◆ Dataset entries:
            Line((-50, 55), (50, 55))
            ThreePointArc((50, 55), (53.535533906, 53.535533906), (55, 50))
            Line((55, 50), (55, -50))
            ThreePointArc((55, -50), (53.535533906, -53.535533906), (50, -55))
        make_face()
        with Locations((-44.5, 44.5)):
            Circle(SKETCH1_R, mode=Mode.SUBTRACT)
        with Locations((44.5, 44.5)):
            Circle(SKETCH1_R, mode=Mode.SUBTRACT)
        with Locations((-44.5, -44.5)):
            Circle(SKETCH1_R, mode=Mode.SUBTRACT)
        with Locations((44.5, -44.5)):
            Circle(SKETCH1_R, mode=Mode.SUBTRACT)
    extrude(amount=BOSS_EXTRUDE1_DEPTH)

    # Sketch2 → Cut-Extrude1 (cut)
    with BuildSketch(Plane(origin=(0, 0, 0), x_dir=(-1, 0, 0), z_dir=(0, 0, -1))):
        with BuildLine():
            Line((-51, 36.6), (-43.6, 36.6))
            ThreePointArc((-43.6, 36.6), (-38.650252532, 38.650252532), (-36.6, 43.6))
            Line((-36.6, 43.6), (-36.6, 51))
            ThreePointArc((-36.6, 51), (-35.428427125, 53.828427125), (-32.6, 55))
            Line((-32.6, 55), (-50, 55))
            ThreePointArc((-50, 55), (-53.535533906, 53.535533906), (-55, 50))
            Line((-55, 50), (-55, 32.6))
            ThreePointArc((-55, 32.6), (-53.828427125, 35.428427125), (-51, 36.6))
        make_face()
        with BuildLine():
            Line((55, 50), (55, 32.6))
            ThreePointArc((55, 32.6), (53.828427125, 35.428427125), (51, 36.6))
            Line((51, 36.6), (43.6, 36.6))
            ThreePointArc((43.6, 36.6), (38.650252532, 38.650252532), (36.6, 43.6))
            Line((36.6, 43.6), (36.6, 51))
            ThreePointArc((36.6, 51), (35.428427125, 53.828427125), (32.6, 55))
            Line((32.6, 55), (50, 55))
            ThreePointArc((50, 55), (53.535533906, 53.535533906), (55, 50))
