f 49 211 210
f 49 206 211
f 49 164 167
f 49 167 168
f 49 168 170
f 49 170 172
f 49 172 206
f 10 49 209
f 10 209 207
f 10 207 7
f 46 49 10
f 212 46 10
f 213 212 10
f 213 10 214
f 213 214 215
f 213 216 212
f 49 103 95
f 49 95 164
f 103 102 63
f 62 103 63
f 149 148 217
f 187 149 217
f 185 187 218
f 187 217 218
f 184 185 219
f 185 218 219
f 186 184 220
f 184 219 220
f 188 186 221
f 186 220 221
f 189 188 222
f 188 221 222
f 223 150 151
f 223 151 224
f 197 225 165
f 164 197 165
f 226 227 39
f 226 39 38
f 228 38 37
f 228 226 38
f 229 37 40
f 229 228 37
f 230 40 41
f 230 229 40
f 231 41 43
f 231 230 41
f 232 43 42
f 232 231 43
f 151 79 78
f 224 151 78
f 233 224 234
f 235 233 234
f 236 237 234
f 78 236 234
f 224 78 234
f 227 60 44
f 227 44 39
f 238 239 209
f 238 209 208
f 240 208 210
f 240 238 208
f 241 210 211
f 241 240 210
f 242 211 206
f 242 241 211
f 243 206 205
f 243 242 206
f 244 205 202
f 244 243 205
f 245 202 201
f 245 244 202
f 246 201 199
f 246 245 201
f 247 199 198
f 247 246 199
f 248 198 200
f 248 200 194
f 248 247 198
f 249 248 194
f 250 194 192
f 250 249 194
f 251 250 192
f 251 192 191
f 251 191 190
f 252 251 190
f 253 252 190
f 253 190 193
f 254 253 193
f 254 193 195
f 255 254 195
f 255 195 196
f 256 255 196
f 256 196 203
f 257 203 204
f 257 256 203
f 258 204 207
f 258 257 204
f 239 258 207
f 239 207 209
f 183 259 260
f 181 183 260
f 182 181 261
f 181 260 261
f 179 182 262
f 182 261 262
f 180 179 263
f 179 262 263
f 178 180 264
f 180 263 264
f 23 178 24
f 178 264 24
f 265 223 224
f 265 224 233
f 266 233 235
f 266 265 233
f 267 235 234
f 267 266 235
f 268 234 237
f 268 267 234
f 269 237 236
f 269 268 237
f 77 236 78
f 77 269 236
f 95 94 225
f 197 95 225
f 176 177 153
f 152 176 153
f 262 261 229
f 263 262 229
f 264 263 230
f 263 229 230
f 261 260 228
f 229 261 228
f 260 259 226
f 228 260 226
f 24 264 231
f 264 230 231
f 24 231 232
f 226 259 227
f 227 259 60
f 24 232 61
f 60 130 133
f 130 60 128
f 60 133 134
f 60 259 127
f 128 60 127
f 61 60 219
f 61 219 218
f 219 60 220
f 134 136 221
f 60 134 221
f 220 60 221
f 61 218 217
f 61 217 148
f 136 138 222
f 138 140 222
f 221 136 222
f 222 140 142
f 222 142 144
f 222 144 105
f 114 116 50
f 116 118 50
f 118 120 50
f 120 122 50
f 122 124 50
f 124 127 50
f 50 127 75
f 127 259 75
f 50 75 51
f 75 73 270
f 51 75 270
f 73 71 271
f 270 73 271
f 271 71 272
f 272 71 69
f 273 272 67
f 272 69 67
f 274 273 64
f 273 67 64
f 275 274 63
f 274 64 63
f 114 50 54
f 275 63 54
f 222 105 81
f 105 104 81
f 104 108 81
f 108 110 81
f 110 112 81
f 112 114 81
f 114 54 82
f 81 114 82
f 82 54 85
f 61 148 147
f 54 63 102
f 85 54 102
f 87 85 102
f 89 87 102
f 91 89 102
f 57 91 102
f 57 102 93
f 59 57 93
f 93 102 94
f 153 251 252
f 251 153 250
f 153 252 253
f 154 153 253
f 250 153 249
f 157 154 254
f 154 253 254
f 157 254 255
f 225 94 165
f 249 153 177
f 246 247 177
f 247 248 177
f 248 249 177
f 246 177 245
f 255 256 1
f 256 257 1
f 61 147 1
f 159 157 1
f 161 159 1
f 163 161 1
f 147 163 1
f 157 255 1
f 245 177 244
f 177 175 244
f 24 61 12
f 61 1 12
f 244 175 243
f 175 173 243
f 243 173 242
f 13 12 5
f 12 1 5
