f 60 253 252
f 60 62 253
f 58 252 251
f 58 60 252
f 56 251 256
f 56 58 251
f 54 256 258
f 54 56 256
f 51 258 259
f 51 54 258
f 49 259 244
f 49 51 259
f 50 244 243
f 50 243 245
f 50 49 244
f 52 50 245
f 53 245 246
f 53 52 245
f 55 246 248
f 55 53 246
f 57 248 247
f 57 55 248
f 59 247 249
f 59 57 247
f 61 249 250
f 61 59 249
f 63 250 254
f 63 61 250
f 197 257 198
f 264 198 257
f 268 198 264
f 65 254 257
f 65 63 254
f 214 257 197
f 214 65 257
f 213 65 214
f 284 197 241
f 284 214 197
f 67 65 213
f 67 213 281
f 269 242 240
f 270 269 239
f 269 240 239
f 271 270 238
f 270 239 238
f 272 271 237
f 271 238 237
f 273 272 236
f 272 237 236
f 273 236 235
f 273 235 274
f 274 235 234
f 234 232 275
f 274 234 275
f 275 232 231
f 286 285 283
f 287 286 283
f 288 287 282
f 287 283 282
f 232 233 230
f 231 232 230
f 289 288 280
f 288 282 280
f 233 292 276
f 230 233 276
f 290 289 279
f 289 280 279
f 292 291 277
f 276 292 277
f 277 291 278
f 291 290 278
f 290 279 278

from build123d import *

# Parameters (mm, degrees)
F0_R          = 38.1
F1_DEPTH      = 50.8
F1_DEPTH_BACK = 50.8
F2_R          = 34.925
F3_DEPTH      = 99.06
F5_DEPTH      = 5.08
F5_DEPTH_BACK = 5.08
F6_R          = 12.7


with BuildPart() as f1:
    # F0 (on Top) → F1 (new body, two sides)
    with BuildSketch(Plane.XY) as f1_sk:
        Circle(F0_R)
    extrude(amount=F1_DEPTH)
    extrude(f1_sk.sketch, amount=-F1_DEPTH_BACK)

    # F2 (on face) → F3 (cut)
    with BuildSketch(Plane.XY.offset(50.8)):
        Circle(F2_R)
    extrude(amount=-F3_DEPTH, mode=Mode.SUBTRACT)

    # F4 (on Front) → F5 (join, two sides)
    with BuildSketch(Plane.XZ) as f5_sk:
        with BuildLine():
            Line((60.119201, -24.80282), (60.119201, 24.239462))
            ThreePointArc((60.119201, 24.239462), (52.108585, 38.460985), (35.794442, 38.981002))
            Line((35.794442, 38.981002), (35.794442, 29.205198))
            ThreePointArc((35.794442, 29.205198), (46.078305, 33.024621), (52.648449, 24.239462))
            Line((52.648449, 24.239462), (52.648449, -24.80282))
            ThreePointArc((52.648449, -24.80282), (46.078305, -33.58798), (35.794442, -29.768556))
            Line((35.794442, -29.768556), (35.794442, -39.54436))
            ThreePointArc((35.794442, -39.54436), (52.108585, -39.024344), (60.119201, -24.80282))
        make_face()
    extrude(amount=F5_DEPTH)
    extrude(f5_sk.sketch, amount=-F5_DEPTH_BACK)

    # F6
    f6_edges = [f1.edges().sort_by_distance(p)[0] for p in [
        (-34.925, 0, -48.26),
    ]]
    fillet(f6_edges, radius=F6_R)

◆ REQUIREMENT:
Please give the number of lines in the entries above that hold "BuildSketch", with no other words.

◆ EXERCISE ANSWER:
4